** Given entries follows **

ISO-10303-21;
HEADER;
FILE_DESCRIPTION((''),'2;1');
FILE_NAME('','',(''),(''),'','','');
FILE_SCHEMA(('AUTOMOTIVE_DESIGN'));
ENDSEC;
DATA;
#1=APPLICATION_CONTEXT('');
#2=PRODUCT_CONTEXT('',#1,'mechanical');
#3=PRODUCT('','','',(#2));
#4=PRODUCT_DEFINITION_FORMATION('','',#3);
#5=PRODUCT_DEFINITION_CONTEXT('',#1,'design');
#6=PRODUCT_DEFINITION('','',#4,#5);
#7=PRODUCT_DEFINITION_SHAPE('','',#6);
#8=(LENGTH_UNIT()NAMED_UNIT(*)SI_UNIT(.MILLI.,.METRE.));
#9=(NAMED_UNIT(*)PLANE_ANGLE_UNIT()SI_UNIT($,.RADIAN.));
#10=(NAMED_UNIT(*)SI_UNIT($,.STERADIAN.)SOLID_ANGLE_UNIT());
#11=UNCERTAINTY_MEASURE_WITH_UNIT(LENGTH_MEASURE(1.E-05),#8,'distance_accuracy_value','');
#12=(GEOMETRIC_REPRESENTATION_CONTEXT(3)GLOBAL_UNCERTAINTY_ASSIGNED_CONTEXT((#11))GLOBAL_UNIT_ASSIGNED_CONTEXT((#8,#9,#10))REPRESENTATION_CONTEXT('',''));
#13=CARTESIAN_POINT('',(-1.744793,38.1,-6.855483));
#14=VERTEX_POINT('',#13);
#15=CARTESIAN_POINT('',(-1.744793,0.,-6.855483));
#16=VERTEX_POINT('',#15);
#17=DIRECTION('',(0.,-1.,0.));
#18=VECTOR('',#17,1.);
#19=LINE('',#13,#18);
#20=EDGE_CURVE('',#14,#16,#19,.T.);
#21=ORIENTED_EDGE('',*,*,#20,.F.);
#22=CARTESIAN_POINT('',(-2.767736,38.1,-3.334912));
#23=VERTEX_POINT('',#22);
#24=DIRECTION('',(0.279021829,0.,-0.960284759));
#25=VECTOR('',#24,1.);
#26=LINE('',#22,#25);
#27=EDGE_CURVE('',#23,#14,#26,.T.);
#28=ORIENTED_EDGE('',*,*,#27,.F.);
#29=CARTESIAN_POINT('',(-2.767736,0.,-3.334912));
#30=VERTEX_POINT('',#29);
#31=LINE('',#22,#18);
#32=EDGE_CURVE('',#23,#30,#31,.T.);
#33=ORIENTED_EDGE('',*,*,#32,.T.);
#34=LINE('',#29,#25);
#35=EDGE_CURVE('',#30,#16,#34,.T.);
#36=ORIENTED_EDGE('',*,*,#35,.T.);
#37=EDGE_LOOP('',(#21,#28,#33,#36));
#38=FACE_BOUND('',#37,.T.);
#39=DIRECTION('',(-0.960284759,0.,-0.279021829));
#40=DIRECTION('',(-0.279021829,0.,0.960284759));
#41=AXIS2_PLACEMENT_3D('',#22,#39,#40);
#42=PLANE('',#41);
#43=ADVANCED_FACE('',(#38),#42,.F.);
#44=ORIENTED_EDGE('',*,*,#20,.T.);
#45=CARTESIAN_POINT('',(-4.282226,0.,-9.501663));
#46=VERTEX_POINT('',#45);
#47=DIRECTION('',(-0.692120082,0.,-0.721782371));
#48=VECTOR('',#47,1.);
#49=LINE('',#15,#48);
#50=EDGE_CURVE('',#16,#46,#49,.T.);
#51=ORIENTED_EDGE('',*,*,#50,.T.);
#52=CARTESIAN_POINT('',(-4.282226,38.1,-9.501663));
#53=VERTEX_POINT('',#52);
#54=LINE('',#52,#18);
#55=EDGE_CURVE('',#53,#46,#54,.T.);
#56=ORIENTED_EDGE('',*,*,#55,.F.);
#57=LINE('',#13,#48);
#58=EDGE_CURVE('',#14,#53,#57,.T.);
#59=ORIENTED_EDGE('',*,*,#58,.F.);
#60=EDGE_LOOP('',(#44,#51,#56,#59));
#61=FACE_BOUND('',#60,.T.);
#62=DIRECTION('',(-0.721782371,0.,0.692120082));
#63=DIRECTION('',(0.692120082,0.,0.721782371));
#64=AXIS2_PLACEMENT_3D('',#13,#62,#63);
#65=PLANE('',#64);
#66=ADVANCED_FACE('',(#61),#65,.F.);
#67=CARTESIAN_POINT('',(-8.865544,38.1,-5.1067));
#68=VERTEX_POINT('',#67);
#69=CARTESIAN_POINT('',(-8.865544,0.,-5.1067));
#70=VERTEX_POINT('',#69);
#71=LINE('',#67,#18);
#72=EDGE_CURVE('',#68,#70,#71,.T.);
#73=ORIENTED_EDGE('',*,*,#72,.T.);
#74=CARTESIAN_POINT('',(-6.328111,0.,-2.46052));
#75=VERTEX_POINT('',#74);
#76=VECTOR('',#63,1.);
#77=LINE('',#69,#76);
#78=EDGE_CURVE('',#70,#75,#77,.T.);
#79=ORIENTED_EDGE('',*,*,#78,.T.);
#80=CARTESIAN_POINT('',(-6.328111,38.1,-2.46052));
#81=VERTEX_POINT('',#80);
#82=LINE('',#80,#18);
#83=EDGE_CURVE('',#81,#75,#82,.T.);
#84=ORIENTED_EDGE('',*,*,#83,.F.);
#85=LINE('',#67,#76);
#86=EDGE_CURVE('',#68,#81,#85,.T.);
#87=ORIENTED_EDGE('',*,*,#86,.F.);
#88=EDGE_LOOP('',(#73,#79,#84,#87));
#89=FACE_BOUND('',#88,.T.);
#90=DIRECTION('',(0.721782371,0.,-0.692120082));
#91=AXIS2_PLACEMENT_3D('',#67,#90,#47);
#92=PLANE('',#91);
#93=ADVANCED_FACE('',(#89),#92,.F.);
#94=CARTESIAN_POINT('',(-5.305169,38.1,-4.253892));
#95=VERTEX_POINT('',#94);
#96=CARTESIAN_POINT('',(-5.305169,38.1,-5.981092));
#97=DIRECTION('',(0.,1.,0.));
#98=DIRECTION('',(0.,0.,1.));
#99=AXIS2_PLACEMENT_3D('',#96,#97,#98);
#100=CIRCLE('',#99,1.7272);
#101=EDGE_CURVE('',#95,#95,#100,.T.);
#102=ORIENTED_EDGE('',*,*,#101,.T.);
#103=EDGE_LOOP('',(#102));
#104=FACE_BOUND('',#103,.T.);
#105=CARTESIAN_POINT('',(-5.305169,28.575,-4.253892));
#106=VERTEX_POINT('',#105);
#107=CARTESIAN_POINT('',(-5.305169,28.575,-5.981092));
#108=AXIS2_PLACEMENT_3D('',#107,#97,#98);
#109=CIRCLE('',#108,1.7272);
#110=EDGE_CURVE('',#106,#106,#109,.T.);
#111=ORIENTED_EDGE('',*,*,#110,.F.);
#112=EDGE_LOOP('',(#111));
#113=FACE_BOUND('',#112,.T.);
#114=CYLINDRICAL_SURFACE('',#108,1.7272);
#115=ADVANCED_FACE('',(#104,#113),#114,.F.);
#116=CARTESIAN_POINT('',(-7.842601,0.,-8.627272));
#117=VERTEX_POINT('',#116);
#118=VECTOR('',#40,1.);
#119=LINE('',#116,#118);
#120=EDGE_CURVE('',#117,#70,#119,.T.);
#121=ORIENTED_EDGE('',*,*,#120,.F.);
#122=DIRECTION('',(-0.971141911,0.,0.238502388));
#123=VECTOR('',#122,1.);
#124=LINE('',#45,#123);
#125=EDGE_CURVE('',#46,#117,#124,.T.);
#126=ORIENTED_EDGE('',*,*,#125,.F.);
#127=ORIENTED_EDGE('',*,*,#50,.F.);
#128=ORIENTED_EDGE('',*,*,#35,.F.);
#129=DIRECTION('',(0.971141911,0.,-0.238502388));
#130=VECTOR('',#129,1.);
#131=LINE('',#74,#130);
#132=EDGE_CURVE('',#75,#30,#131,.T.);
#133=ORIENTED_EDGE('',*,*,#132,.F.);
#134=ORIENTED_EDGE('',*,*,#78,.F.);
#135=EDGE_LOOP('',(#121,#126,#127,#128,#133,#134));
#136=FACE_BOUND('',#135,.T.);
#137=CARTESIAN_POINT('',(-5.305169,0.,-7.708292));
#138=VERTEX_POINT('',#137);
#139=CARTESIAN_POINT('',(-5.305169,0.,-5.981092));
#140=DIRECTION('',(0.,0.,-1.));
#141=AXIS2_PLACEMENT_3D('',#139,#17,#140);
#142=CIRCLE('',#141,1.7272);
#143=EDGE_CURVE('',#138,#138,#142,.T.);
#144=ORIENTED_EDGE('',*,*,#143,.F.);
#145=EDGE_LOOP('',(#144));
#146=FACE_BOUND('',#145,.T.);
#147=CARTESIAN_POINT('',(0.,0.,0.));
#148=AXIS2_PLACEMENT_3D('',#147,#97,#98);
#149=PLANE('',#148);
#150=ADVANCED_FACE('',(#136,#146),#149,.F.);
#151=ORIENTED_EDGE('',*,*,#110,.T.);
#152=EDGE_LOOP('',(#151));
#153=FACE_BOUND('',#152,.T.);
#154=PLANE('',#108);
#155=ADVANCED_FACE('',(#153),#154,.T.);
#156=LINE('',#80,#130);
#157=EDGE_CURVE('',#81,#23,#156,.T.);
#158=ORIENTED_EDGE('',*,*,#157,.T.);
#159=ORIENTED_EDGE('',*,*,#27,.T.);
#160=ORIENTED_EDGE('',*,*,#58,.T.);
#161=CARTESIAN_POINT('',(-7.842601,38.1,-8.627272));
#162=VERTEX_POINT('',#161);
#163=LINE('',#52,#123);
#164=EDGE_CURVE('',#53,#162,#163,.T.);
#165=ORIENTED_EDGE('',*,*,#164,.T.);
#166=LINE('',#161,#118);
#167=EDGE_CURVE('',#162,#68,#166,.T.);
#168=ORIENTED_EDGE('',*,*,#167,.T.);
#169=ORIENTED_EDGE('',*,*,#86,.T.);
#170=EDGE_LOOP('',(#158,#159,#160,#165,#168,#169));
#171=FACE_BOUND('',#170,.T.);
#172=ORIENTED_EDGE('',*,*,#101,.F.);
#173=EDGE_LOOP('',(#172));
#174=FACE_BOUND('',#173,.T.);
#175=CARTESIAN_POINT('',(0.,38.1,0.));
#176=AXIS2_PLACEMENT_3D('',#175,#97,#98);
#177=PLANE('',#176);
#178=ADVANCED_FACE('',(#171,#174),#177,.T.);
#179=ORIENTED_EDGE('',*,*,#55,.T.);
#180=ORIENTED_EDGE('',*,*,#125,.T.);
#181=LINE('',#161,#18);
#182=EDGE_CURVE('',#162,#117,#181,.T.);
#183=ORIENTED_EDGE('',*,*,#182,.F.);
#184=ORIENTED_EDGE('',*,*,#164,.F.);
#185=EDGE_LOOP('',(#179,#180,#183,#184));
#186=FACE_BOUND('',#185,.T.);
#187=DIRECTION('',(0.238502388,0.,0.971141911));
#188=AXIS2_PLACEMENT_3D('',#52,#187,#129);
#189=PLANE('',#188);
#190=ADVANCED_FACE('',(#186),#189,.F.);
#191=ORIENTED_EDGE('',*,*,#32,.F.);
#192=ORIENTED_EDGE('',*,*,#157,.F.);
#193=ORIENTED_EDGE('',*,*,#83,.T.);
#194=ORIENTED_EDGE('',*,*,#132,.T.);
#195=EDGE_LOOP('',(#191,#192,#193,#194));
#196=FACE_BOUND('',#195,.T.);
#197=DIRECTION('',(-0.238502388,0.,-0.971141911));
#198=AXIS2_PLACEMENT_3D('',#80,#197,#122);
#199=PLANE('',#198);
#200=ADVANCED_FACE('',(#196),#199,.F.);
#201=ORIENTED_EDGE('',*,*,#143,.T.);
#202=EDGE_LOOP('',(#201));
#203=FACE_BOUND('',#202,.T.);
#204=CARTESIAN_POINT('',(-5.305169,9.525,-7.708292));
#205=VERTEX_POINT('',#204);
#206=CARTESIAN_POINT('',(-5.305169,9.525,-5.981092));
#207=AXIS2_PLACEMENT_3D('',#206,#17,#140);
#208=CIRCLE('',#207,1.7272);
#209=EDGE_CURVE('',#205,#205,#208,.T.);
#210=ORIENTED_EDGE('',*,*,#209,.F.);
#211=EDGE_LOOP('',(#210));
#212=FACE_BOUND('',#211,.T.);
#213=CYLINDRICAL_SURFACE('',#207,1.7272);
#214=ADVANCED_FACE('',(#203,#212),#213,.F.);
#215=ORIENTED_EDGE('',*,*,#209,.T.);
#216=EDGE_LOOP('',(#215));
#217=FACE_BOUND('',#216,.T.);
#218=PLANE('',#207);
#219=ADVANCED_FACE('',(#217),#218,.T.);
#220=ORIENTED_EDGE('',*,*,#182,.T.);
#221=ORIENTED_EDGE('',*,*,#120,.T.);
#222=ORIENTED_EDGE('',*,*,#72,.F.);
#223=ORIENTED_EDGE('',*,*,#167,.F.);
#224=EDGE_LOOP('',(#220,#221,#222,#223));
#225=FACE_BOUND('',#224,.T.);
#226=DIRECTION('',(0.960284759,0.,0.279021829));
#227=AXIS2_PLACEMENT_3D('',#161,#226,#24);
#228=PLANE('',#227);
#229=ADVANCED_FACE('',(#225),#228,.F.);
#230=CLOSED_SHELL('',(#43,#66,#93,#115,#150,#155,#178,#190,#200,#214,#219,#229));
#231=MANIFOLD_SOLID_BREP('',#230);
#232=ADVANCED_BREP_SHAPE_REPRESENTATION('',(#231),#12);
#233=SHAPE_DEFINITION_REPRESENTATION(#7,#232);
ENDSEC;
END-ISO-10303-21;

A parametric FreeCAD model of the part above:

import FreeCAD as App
import Part
import Sketcher
from FreeCAD import Vector
Q = App.Units.Quantity


def add_polygon(sketch, points):
    """Adds a closed chain of lines whose ends are joined by coincident constraints."""
    first, n = sketch.GeometryCount, len(points)
    for a, b in zip(points, points[1:] + points[:1]):
        sketch.addGeometry(Part.LineSegment(App.Vector(*a, 0), App.Vector(*b, 0)), False)
    for i in range(n):
        sketch.addConstraint(Sketcher.Constraint("Coincident", first + i, 2, first + (i + 1) % n, 1))

doc = App.newDocument("Part")
body = doc.addObject("PartDesign::Body", "Body")

# Sketch on XZ plane
sketch1 = body.newObject("Sketcher::SketchObject", "Sketch")
sketch1.AttachmentSupport = (doc.getObject("XZ_Plane"), [""])
sketch1.MapMode = "FlatFace"
add_polygon(sketch1, [(-2.8, -3.3), (-1.7, -6.9), (-4.3, -9.5), (-7.8, -8.6), (-8.9, -5.1), (-6.3, -2.5)])  # lines 0-5
sketch1.addConstraint([
    Sketcher.Constraint("Parallel", 0, 3),
    Sketcher.Constraint("Parallel", 1, 4),
    Sketcher.Constraint("Parallel", 2, 5),
    Sketcher.Constraint("Equal", 0, 1),
    Sketcher.Constraint("Equal", 1, 2),
    Sketcher.Constraint("Equal", 2, 3),
    Sketcher.Constraint("DistanceX", 2, 2, -1, 1, 7.842601),
    Sketcher.Constraint("DistanceY", 3, 2, -1, 1, 5.1067),
    Sketcher.Constraint("DistanceY", 2, 2, -1, 1, 8.627272),
    Sketcher.Constraint("DistanceX", 4, 2, -1, 1, 6.328111),
    Sketcher.Constraint("DistanceY", 4, 2, -1, 1, 2.46052),
    Sketcher.Constraint("DistanceY", 5, 2, -1, 1, 3.334912),
])
pad1 = body.newObject("PartDesign::Pad", "Pad")
pad1.Profile = sketch1
pad1.Length = Q("1.5 in")
pad1.Reversed = True

# Sketch on XZ plane
sketch2 = body.newObject("Sketcher::SketchObject", "Sketch001")
sketch2.AttachmentSupport = (doc.getObject("XZ_Plane"), [""])
sketch2.MapMode = "FlatFace"
sketch2.AttachmentOffset = App.Placement(Vector(0, 0, -1.5 * 25.4), App.Rotation())
sketch2.addGeometry(Part.Circle(Vector(-5.3, -6, 0), Vector(0, 0, 1), 1.7), False)
sketch2.addConstraint([
    Sketcher.Constraint("Diameter", 0, Q("0.136 in")),
    Sketcher.Constraint("DistanceX", 0, 3, -1, 1, 5.305169),
    Sketcher.Constraint("DistanceY", 0, 3, -1, 1, 5.981092),
])
pocket1 = body.newObject("PartDesign::Pocket", "Pocket")
pocket1.Profile = sketch2
pocket1.Length = Q("0.375 in")
pocket1.Reversed = True

# Sketch on XZ plane
sketch3 = body.newObject("Sketcher::SketchObject", "Sketch002")
sketch3.AttachmentSupport = (doc.getObject("XZ_Plane"), [""])
sketch3.MapMode = "FlatFace"
sketch3.addGeometry(Part.Circle(Vector(-5.3, -6, 0), Vector(0, 0, 1), 1.7), False)
sketch3.addConstraint([
    Sketcher.Constraint("Diameter", 0, Q("0.136 in")),
    Sketcher.Constraint("DistanceX", 0, 3, -1, 1, 5.305169),
    Sketcher.Constraint("DistanceY", 0, 3, -1, 1, 5.981092),
])
pocket2 = body.newObject("PartDesign::Pocket", "Pocket001")
pocket2.Profile = sketch3
pocket2.Length = Q("0.375 in")

doc.recompute()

** End of Given entries **

**Problem**
The stretch of entries above that starts with the line containing "#81=VERTEX_POINT('',#80);" and goes on through the line containing "#131=LINE('',#74,#130);" is to be transcribed exactly, and no other line is to be transcribed.

**Your solution**
#81=VERTEX_POINT('',#80);
#82=LINE('',#80,#18);
#83=EDGE_CURVE('',#81,#75,#82,.T.);
#84=ORIENTED_EDGE('',*,*,#83,.F.);
#85=LINE('',#67,#76);
#86=EDGE_CURVE('',#68,#81,#85,.T.);
#87=ORIENTED_EDGE('',*,*,#86,.F.);
#88=EDGE_LOOP('',(#73,#79,#84,#87));
#89=FACE_BOUND('',#88,.T.);
#90=DIRECTION('',(0.721782371,0.,-0.692120082));
#91=AXIS2_PLACEMENT_3D('',#67,#90,#47);
#92=PLANE('',#91);
#93=ADVANCED_FACE('',(#89),#92,.F.);
#94=CARTESIAN_POINT('',(-5.305169,38.1,-4.253892));
#95=VERTEX_POINT('',#94);
#96=CARTESIAN_POINT('',(-5.305169,38.1,-5.981092));
#97=DIRECTION('',(0.,1.,0.));
#98=DIRECTION('',(0.,0.,1.));
#99=AXIS2_PLACEMENT_3D('',#96,#97,#98);
#100=CIRCLE('',#99,1.7272);
#101=EDGE_CURVE('',#95,#95,#100,.T.);
#102=ORIENTED_EDGE('',*,*,#101,.T.);
#103=EDGE_LOOP('',(#102));
#104=FACE_BOUND('',#103,.T.);
#105=CARTESIAN_POINT('',(-5.305169,28.575,-4.253892));
#106=VERTEX_POINT('',#105);
#107=CARTESIAN_POINT('',(-5.305169,28.575,-5.981092));
#108=AXIS2_PLACEMENT_3D('',#107,#97,#98);
#109=CIRCLE('',#108,1.7272);
#110=EDGE_CURVE('',#106,#106,#109,.T.);
#111=ORIENTED_EDGE('',*,*,#110,.F.);
#112=EDGE_LOOP('',(#111));
#113=FACE_BOUND('',#112,.T.);
#114=CYLINDRICAL_SURFACE('',#108,1.7272);
#115=ADVANCED_FACE('',(#104,#113),#114,.F.);
#116=CARTESIAN_POINT('',(-7.842601,0.,-8.627272));
#117=VERTEX_POINT('',#116);
#118=VECTOR('',#40,1.);
#119=LINE('',#116,#118);
#120=EDGE_CURVE('',#117,#70,#119,.T.);
#121=ORIENTED_EDGE('',*,*,#120,.F.);
#122=DIRECTION('',(-0.971141911,0.,0.238502388));
#123=VECTOR('',#122,1.);
#124=LINE('',#45,#123);
#125=EDGE_CURVE('',#46,#117,#124,.T.);
#126=ORIENTED_EDGE('',*,*,#125,.F.);
#127=ORIENTED_EDGE('',*,*,#50,.F.);
#128=ORIENTED_EDGE('',*,*,#35,.F.);
#129=DIRECTION('',(0.971141911,0.,-0.238502388));
#130=VECTOR('',#129,1.);
#131=LINE('',#74,#130);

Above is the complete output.